Stored data entries:
>>>>

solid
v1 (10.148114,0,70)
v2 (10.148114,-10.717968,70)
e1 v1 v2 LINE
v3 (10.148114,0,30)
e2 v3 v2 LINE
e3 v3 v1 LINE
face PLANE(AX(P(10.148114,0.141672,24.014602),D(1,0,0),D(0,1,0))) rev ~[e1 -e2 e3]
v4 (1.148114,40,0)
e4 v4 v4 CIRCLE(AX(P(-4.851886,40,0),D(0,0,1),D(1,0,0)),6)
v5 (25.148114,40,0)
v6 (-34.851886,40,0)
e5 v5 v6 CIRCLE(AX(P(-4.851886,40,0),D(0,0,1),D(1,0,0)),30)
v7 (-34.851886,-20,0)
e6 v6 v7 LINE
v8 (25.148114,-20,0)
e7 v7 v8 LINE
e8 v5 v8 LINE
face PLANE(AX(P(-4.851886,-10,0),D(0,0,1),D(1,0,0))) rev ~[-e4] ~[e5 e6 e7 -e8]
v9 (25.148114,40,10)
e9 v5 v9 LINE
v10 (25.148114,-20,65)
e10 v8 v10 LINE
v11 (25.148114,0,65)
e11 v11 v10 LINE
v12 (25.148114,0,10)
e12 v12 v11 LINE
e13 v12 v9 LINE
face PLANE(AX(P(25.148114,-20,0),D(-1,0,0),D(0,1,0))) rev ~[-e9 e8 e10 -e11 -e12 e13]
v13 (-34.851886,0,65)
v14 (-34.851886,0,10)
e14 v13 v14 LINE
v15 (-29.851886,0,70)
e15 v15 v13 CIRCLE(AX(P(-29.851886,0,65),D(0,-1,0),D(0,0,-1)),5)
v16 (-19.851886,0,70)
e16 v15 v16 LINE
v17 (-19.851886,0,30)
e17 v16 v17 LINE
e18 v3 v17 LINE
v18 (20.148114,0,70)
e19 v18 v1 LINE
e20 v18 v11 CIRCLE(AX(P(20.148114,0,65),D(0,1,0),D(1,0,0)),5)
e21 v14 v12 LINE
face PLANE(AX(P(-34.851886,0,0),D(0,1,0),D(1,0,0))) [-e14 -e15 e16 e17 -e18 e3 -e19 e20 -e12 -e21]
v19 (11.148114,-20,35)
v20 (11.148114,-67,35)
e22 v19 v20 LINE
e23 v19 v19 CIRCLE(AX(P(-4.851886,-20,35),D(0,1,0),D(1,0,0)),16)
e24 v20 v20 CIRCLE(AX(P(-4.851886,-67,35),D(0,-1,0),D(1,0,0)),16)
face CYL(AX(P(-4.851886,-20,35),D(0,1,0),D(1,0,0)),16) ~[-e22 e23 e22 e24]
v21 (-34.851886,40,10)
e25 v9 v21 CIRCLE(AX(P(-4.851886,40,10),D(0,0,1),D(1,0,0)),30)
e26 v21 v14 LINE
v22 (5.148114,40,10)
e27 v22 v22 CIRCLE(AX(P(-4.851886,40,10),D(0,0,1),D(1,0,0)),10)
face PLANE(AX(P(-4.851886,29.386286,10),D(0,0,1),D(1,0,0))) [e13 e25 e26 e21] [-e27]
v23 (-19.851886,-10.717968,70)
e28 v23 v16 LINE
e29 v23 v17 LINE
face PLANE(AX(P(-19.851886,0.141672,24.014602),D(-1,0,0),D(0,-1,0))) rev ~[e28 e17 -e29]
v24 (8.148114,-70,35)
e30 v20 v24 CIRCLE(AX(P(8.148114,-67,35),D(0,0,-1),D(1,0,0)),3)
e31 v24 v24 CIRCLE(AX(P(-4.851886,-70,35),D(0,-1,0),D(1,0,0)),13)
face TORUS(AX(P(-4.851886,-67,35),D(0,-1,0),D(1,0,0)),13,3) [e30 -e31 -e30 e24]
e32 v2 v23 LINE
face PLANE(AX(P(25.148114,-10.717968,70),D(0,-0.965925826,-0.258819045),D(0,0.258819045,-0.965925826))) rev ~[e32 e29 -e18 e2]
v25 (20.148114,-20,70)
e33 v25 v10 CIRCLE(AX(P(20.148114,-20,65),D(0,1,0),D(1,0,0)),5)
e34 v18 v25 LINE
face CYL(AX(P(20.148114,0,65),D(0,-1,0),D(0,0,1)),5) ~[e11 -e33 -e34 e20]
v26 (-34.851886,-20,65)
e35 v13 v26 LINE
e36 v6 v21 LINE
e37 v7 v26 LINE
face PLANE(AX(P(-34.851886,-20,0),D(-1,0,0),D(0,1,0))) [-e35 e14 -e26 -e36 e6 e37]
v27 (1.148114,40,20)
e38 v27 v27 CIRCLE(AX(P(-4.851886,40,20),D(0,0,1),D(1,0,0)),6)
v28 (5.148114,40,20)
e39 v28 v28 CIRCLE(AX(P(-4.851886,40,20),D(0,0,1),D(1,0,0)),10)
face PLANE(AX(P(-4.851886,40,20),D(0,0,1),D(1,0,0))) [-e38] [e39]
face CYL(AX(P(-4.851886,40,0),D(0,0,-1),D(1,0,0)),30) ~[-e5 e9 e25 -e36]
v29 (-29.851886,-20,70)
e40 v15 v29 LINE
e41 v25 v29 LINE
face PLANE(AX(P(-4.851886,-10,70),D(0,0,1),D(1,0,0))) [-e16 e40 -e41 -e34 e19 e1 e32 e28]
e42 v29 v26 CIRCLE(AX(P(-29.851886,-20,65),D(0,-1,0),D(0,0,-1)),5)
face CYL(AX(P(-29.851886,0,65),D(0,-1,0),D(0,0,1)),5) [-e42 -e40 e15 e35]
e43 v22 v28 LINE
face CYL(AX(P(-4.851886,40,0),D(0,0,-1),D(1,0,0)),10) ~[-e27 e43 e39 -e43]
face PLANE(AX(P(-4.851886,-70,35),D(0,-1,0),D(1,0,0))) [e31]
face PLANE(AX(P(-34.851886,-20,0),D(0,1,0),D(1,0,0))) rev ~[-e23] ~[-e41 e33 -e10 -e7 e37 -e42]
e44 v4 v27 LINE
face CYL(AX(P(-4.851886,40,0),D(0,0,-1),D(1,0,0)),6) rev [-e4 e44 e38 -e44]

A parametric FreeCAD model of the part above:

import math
import FreeCAD as App
import Part
import Sketcher
from FreeCAD import Vector
Q = App.Units.Quantity


def edges_at(feature, points):
    """Names of the edges that pass closest to the given points."""
    edges = feature.Shape.Edges
    near = lambda p: min(range(len(edges)), key=lambda i: edges[i].distToShape(Part.Vertex(*p))[0])
    return sorted({f"Edge{near(p) + 1}" for p in points})

doc = App.newDocument("Part")
body = doc.addObject("PartDesign::Body", "Body")

sketch1 = body.newObject("Sketcher::SketchObject", "Sketch")
sketch1.AttachmentSupport = (doc.getObject("XY_Plane"), [""])
sketch1.MapMode = "FlatFace"
sketch1.addGeometry(Part.LineSegment(Vector(-35, 40, 0), Vector(-35, 0, 0)), False)
sketch1.addGeometry(Part.LineSegment(Vector(-35, 0, 0), Vector(25, 0, 0)), False)
sketch1.addGeometry(Part.LineSegment(Vector(25, 0, 0), Vector(25, 40, 0)), False)
sketch1.addGeometry(Part.ArcOfCircle(Part.Circle(Vector(-5, 40, 0), Vector(0, 0, 1), 30), math.radians(0), math.radians(180)), False)
sketch1.addGeometry(Part.Circle(Vector(-5, 40, 0), Vector(0, 0, 1), 10), False)
sketch1.addConstraint(Sketcher.Constraint("Coincident", 0, 2, 1, 1))
sketch1.addConstraint(Sketcher.Constraint("Coincident", 1, 2, 2, 1))
sketch1.addConstraint(Sketcher.Constraint("Tangent", 2, 2, 3, 1))
sketch1.addConstraint(Sketcher.Constraint("Tangent", 3, 2, 0, 1))
sketch1.addConstraint(Sketcher.Constraint("Vertical", 0))
sketch1.addConstraint(Sketcher.Constraint("Horizontal", 1))
sketch1.addConstraint(Sketcher.Constraint("Vertical", 2))
sketch1.addConstraint(Sketcher.Constraint("Coincident", 4, 3, 3, 3))
sketch1.addConstraint(Sketcher.Constraint("PointOnObject", 0, 2, -1))
sketch1.addConstraint(Sketcher.Constraint("Diameter", 4, Q("20 mm")))
sketch1.addConstraint(Sketcher.Constraint("Radius", 3, Q("30 mm")))
sketch1.addConstraint(Sketcher.Constraint("DistanceY", 0, 2, 0, 1, Q("40 mm")))
sketch1.addConstraint(Sketcher.Constraint("DistanceX", 3, 3, -1, 1, Q("4.851886 mm")))
pad1 = body.newObject("PartDesign::Pad", "Pad")
pad1.Profile = sketch1
pad1.Length = 10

<<<<

Of the lines above, output exactly those from the line bearing "face CYL(AX(P(-4.851886,-20,35),D(0,1,0),D(1,0,0)),16) ~[-e22" through the line bearing "v25 (20.148114,-20,70)", inclusive.

face CYL(AX(P(-4.851886,-20,35),D(0,1,0),D(1,0,0)),16) ~[-e22 e23 e22 e24]
v21 (-34.851886,40,10)
e25 v9 v21 CIRCLE(AX(P(-4.851886,40,10),D(0,0,1),D(1,0,0)),30)
e26 v21 v14 LINE
v22 (5.148114,40,10)
e27 v22 v22 CIRCLE(AX(P(-4.851886,40,10),D(0,0,1),D(1,0,0)),10)
face PLANE(AX(P(-4.851886,29.386286,10),D(0,0,1),D(1,0,0))) [e13 e25 e26 e21] [-e27]
v23 (-19.851886,-10.717968,70)
e28 v23 v16 LINE
e29 v23 v17 LINE
face PLANE(AX(P(-19.851886,0.141672,24.014602),D(-1,0,0),D(0,-1,0))) rev ~[e28 e17 -e29]
v24 (8.148114,-70,35)
e30 v20 v24 CIRCLE(AX(P(8.148114,-67,35),D(0,0,-1),D(1,0,0)),3)
e31 v24 v24 CIRCLE(AX(P(-4.851886,-70,35),D(0,-1,0),D(1,0,0)),13)
face TORUS(AX(P(-4.851886,-67,35),D(0,-1,0),D(1,0,0)),13,3) [e30 -e31 -e30 e24]
e32 v2 v23 LINE
face PLANE(AX(P(25.148114,-10.717968,70),D(0,-0.965925826,-0.258819045),D(0,0.258819045,-0.965925826))) rev ~[e32 e29 -e18 e2]
v25 (20.148114,-20,70)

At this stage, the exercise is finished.